Никодим, толкнув в бок жену, выдохнул:

– Вылазь.

Баба Парася выбиралась из-под кровати не торопясь, покряхтывая. Никодим Копась выскочил быстро, хотя и ободрал об невесть откуда взявшийся гвоздь правое плечо. Тут же появились немцы и полиция.

– Вишь, каких гусей я подкараулил, – сразу же стал он заискивать перед начальством. – Вы уж походатайствуйте перед господином комендантом, чтоб при отходе не оставляли нас тут с жинкой на произвол судьбы. Партизаны не простят нам...

– Что-что? – строго взглянул на него полицейский. – Потом решим, как с тобой поступить... И запомни: ни о каком «отходе», как ты выразился, не может быть и речи!

Немцы забрали документы у убитых, прихватили не дописанный Петренко текст шифровки, взяли рацию и ушли. Копась же продолжал умолять начальника полиции не оставлять его в селе, взять с собой.

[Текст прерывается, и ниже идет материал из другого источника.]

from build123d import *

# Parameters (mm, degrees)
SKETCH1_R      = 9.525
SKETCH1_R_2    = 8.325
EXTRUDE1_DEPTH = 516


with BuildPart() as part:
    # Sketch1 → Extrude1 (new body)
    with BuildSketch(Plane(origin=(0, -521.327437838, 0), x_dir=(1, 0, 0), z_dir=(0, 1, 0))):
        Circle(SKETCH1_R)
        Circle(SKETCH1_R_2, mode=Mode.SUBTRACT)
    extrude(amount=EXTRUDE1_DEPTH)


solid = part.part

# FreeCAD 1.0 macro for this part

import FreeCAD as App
import Part
import Sketcher

V = App.Vector

doc = App.newDocument("Part")
body = doc.addObject("PartDesign::Body", "Body")

sketch1 = doc.addObject("Sketcher::SketchObject", "Sketch")
body.addObject(sketch1)
sketch1.AttachmentSupport = (doc.XZ_Plane, [""])
sketch1.MapMode = "FlatFace"
sketch1.AttachmentOffset = App.Placement(V(0, 0, 521.327438), App.Rotation())
sketch1.addGeometry([
    Part.Circle(V(0, 0, 0), V(0, 0, 1), 10),
    Part.Circle(V(0, 0, 0), V(0, 0, 1), 8),
], False)
sketch1.addConstraint([
    Sketcher.Constraint("Coincident", 0, 3, -1, 1),
    Sketcher.Constraint("Coincident", 1, 3, -1, 1),
    Sketcher.Constraint("Diameter", 0, 19.05),
    Sketcher.Constraint("Diameter", 1, 16.65),
])
pad1 = doc.addObject("PartDesign::Pad", "Pad")
body.addObject(pad1)
pad1.Profile = sketch1
pad1.Length = 516
pad1.Reversed = True

doc.recompute()
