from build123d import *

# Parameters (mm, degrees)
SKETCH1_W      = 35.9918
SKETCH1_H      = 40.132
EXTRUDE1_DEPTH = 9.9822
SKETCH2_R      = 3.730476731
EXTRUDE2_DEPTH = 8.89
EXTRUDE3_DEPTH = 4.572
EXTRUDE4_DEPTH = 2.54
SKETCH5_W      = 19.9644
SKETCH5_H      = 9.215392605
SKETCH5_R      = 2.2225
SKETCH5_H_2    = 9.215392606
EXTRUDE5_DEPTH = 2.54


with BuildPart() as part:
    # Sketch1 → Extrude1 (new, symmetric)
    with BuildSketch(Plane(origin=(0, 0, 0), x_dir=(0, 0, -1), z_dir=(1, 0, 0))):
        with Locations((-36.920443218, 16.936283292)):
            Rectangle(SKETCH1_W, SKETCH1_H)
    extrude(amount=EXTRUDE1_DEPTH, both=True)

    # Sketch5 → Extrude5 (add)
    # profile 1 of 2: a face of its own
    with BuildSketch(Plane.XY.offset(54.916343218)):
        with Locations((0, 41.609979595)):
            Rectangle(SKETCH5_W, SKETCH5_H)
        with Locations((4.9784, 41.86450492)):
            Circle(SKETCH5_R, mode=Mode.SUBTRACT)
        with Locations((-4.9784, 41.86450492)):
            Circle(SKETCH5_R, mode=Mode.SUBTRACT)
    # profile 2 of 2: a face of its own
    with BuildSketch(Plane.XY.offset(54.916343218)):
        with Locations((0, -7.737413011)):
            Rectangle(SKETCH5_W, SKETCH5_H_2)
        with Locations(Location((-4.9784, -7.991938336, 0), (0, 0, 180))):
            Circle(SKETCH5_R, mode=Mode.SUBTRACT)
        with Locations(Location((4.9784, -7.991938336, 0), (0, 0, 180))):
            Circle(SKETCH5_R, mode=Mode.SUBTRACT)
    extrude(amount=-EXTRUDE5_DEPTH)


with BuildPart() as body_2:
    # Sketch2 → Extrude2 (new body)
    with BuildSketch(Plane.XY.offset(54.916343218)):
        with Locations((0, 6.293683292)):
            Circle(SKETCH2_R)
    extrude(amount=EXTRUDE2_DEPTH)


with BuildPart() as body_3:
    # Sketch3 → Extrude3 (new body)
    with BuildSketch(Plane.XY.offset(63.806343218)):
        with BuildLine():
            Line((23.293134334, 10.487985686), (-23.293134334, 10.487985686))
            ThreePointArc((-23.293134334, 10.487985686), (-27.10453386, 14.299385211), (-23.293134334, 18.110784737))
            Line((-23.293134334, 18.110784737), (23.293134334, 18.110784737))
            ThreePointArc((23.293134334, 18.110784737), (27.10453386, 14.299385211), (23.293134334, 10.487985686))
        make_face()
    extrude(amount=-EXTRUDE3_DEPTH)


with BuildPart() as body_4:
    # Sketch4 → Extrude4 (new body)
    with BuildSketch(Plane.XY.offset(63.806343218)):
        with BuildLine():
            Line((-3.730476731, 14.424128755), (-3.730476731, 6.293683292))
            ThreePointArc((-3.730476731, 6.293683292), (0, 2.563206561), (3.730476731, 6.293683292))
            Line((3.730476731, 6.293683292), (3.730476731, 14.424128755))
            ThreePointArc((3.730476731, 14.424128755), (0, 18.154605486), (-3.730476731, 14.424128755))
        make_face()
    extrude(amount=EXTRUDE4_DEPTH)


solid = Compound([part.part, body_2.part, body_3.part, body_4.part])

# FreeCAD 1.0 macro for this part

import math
import FreeCAD as App
import Part
import Sketcher

V = App.Vector
Q = App.Units.Quantity


def add_polygon(sketch, points):
    """Adds a closed chain of lines whose ends are joined by coincident constraints."""
    first, n = sketch.GeometryCount, len(points)
    for a, b in zip(points, points[1:] + points[:1]):
        sketch.addGeometry(Part.LineSegment(App.Vector(*a, 0), App.Vector(*b, 0)), False)
    for i in range(n):
        sketch.addConstraint(Sketcher.Constraint("Coincident", first + i, 2, first + (i + 1) % n, 1))

doc = App.newDocument("Part")
body = doc.addObject("PartDesign::Body", "Body")

# Sketch on YZ plane
sketch1 = body.newObject("Sketcher::SketchObject", "Sketch")
sketch1.AttachmentSupport = (doc.getObject("YZ_Plane"), [""])
sketch1.MapMode = "FlatFace"
add_polygon(sketch1, [(37, 55), (-3, 55), (-3, 19), (37, 19)])  # lines 0-3
sketch1.addConstraint([
    Sketcher.Constraint("Horizontal", 0),
    Sketcher.Constraint("Vertical", 1),
    Sketcher.Constraint("Horizontal", 2),
    Sketcher.Constraint("Vertical", 3),
    Sketcher.Constraint("DistanceX", 0, 2, 0, 1, Q("1.58 in")),
    Sketcher.Constraint("DistanceY", 1, 2, 1, 1, Q("1.417 in")),
    Sketcher.Constraint("DistanceX", 0, 2, -1, 1, Q("3.129717 mm")),
    Sketcher.Constraint("DistanceY", -1, 1, 0, 2, Q("54.916343 mm")),
])
pad1 = body.newObject("PartDesign::Pad", "Pad")
pad1.Profile = sketch1
pad1.Length = Q("0.786 in")
pad1.Midplane = True

# Sketch on XY plane
sketch2 = body.newObject("Sketcher::SketchObject", "Sketch001")
sketch2.AttachmentSupport = (doc.getObject("XY_Plane"), [""])
sketch2.MapMode = "FlatFace"
sketch2.AttachmentOffset = App.Placement(V(0, 0, 54.916343), App.Rotation())
add_polygon(sketch2, [(-10, 46.2), (-10, 37), (10, 37), (10, 46.2)])  # lines 0-3
sketch2.addGeometry(Part.Circle(V(-5, 41.9, 0), V(0, 0, 1), 2.2), False)  # 4
sketch2.addGeometry(Part.Circle(V(5, 41.9, 0), V(0, 0, 1), 2.2), False)  # 5
add_polygon(sketch2, [(-10, -3.1), (-10, -12.3), (10, -12.3), (10, -3.1)])  # lines 6-9
sketch2.addGeometry(Part.Circle(V(-5, -8, 0), V(0, 0, 1), 2.2), False)  # 10
sketch2.addGeometry(Part.Circle(V(5, -8, 0), V(0, 0, 1), 2.2), False)  # 11
sketch2.addConstraint([
    Sketcher.Constraint("Vertical", 0),
    Sketcher.Constraint("Horizontal", 1),
    Sketcher.Constraint("Vertical", 2),
    Sketcher.Constraint("Horizontal", 3),
    Sketcher.Constraint("Vertical", 6),
    Sketcher.Constraint("Horizontal", 7),
    Sketcher.Constraint("Vertical", 8),
    Sketcher.Constraint("Horizontal", 9),
    Sketcher.Constraint("Equal", 4, 5),
    Sketcher.Constraint("Equal", 5, 10),
    Sketcher.Constraint("Equal", 10, 11),
    Sketcher.Constraint("Symmetric", 4, 3, 5, 3, -2),
    Sketcher.Constraint("Symmetric", 10, 3, 11, 3, -2),
    Sketcher.Constraint("Vertical", 4, 3, 10, 3),
    Sketcher.Constraint("Vertical", 3, 2, 6, 2),
    Sketcher.Constraint("Vertical", 2, 2, 7, 2),
    Sketcher.Constraint("Equal", 2, 6),
    Sketcher.Constraint("Diameter", 4, Q("0.175 in")),
    Sketcher.Constraint("DistanceX", 1, 1, 1, 2, Q("0.786 in")),
    Sketcher.Constraint("DistanceY", 8, 2, 1, 2, Q("1.58 in")),
    Sketcher.Constraint("DistanceX", 4, 3, -1, 1, Q("0.196 in")),
    Sketcher.Constraint("DistanceX", 0, 2, -1, 1, Q("0.393 in")),
    Sketcher.Constraint("DistanceY", 0, 2, 0, 1, Q("9.215393 mm")),
    Sketcher.Constraint("DistanceY", 10, 3, -1, 1, Q("7.991938 mm")),
    Sketcher.Constraint("DistanceY", 6, 2, -1, 1, Q("12.345109 mm")),
    Sketcher.Constraint("DistanceY", 0, 2, 4, 3, Q("4.862222 mm")),
])
pad2 = body.newObject("PartDesign::Pad", "Pad001")
pad2.Profile = sketch2
pad2.Length = Q("0.1 in")
pad2.Reversed = True
body2 = doc.addObject("PartDesign::Body", "Body001")

# Sketch on XY plane
sketch3 = body2.newObject("Sketcher::SketchObject", "Sketch002")
sketch3.AttachmentSupport = (doc.getObject("XY_Plane001"), [""])
sketch3.MapMode = "FlatFace"
sketch3.AttachmentOffset = App.Placement(V(0, 0, 54.916343), App.Rotation())
sketch3.addGeometry(Part.Circle(V(0, 6.3, 0), V(0, 0, 1), 3.7), False)
sketch3.addConstraint([
    Sketcher.Constraint("PointOnObject", 0, 3, -2),
    Sketcher.Constraint("Diameter", 0, Q("7.460953 mm")),
    Sketcher.Constraint("DistanceY", -1, 1, 0, 3, Q("6.293683 mm")),
])
pad3 = body2.newObject("PartDesign::Pad", "Pad002")
pad3.Profile = sketch3
pad3.Length = Q("0.35 in")
body3 = doc.addObject("PartDesign::Body", "Body002")

# Sketch on XY plane
sketch4 = body3.newObject("Sketcher::SketchObject", "Sketch003")
sketch4.AttachmentSupport = (doc.getObject("XY_Plane002"), [""])
sketch4.MapMode = "FlatFace"
sketch4.AttachmentOffset = App.Placement(V(0, 0, 63.806343), App.Rotation())
sketch4.addGeometry([
    Part.LineSegment(V(-23.3, 10.5, 0), V(23.3, 10.5, 0)),
    Part.ArcOfCircle(Part.Circle(V(23.3, 14.3, 0), V(0, 0, 1), 3.8), math.radians(-90), math.radians(90)),
    Part.LineSegment(V(23.3, 18.1, 0), V(-23.3, 18.1, 0)),
    Part.ArcOfCircle(Part.Circle(V(-23.3, 14.3, 0), V(0, 0, 1), 3.8), math.radians(90), math.radians(270)),
], False)
sketch4.addConstraint([
    Sketcher.Constraint("Tangent", 0, 2, 1, 1),
    Sketcher.Constraint("Tangent", 1, 2, 2, 1),
    Sketcher.Constraint("Tangent", 2, 2, 3, 1),
    Sketcher.Constraint("Tangent", 3, 2, 0, 1),
    Sketcher.Constraint("Horizontal", 0),
    Sketcher.Constraint("Horizontal", 2),
    Sketcher.Constraint("Radius", 1, Q("3.8114 mm")),
    Sketcher.Constraint("DistanceX", 0, 1, 0, 2, Q("46.586269 mm")),
    Sketcher.Constraint("DistanceX", -1, 1, 1, 3, Q("23.293134 mm")),
    Sketcher.Constraint("DistanceY", -1, 1, 1, 3, Q("14.299385 mm")),
])
pad4 = body3.newObject("PartDesign::Pad", "Pad003")
pad4.Profile = sketch4
pad4.Length = Q("0.18 in")
pad4.Reversed = True
body4 = doc.addObject("PartDesign::Body", "Body003")

# Sketch on XY plane
sketch5 = body4.newObject("Sketcher::SketchObject", "Sketch004")
sketch5.AttachmentSupport = (doc.getObject("XY_Plane003"), [""])
sketch5.MapMode = "FlatFace"
sketch5.AttachmentOffset = App.Placement(V(0, 0, 63.806343), App.Rotation())
sketch5.addGeometry([
    Part.LineSegment(V(-3.7, 14.4, 0), V(-3.7, 6.3, 0)),
    Part.ArcOfCircle(Part.Circle(V(0, 6.3, 0), V(0, 0, 1), 3.7), math.radians(180), math.radians(360)),
    Part.LineSegment(V(3.7, 6.3, 0), V(3.7, 14.4, 0)),
    Part.ArcOfCircle(Part.Circle(V(0, 14.4, 0), V(0, 0, 1), 3.7), math.radians(0), math.radians(180)),
], False)
sketch5.addConstraint([
    Sketcher.Constraint("Tangent", 0, 2, 1, 1),
    Sketcher.Constraint("Tangent", 1, 2, 2, 1),
    Sketcher.Constraint("Tangent", 2, 2, 3, 1),
    Sketcher.Constraint("Tangent", 3, 2, 0, 1),
    Sketcher.Constraint("Vertical", 0),
    Sketcher.Constraint("Vertical", 2),
    Sketcher.Constraint("PointOnObject", 1, 3, -2),
    Sketcher.Constraint("Radius", 1, Q("3.730477 mm")),
    Sketcher.Constraint("DistanceY", 0, 2, 0, 1, Q("8.130445 mm")),
    Sketcher.Constraint("DistanceY", -1, 1, 3, 3, Q("14.424129 mm")),
])
pad5 = body4.newObject("PartDesign::Pad", "Pad004")
pad5.Profile = sketch5
pad5.Length = Q("0.1 in")

doc.recompute()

– Ладно, сказал же тебе, – буркнул полицай уже у калитки. – Приходи с пожитками к комендатуре. Только, гляди, много добра не набирай...

Копась, обрадованный, вернулся в избу. Приехавшие на подводе полицаи забрали тела убитых. Баба Парася затёрла мокрой тряпкой кровь на полу и на стенах. Никодим меж тем прошёл в чулан, достал видавший виды вещмешок, тот самый, с которым уходил на войну, а потом, когда немцы заняли его село, он дезертировал и вернулся домой. Положил в мешок запасные рубаху и портки, сунул туда же оставшиеся от постояльцев банки с консервами и ещё кое-что.

– Собирайся! – сказал он жене.

– Чаво? – повернулась к нему Прасковья, держа в руке мокрую тряпку. – Куды это я от дома свово поеду? Тут хлев, тут хата, какая бы ни была, а своя. Тут корова и поросята. Что я, дура, что ли, чтобы всё это бросить и бежать на чужбину? Чаво я там не бачила? Не поеду! Вот те хрест святой, не поеду. Ты нашкодил – ты и поезжай, если свой дом не мил. А я тут останусь.

Она села на лавку, свесив на пол тряпку, всем видом показывая, что ничто не сдвинет её с места, не собьёт с принятого решения.

– Не поеду и тебя не пущу, – добавила она зло. – Ишь, что надумал! Да кто про твои шкодливые дела знает? Полицаи? Так они удерут с немцами. Или эти побитые? Они уж ничего никому не скажут. Вот и шито-крыто.

...Отступая, полицай, разумеется, о просьбе Копася и не вспомнил.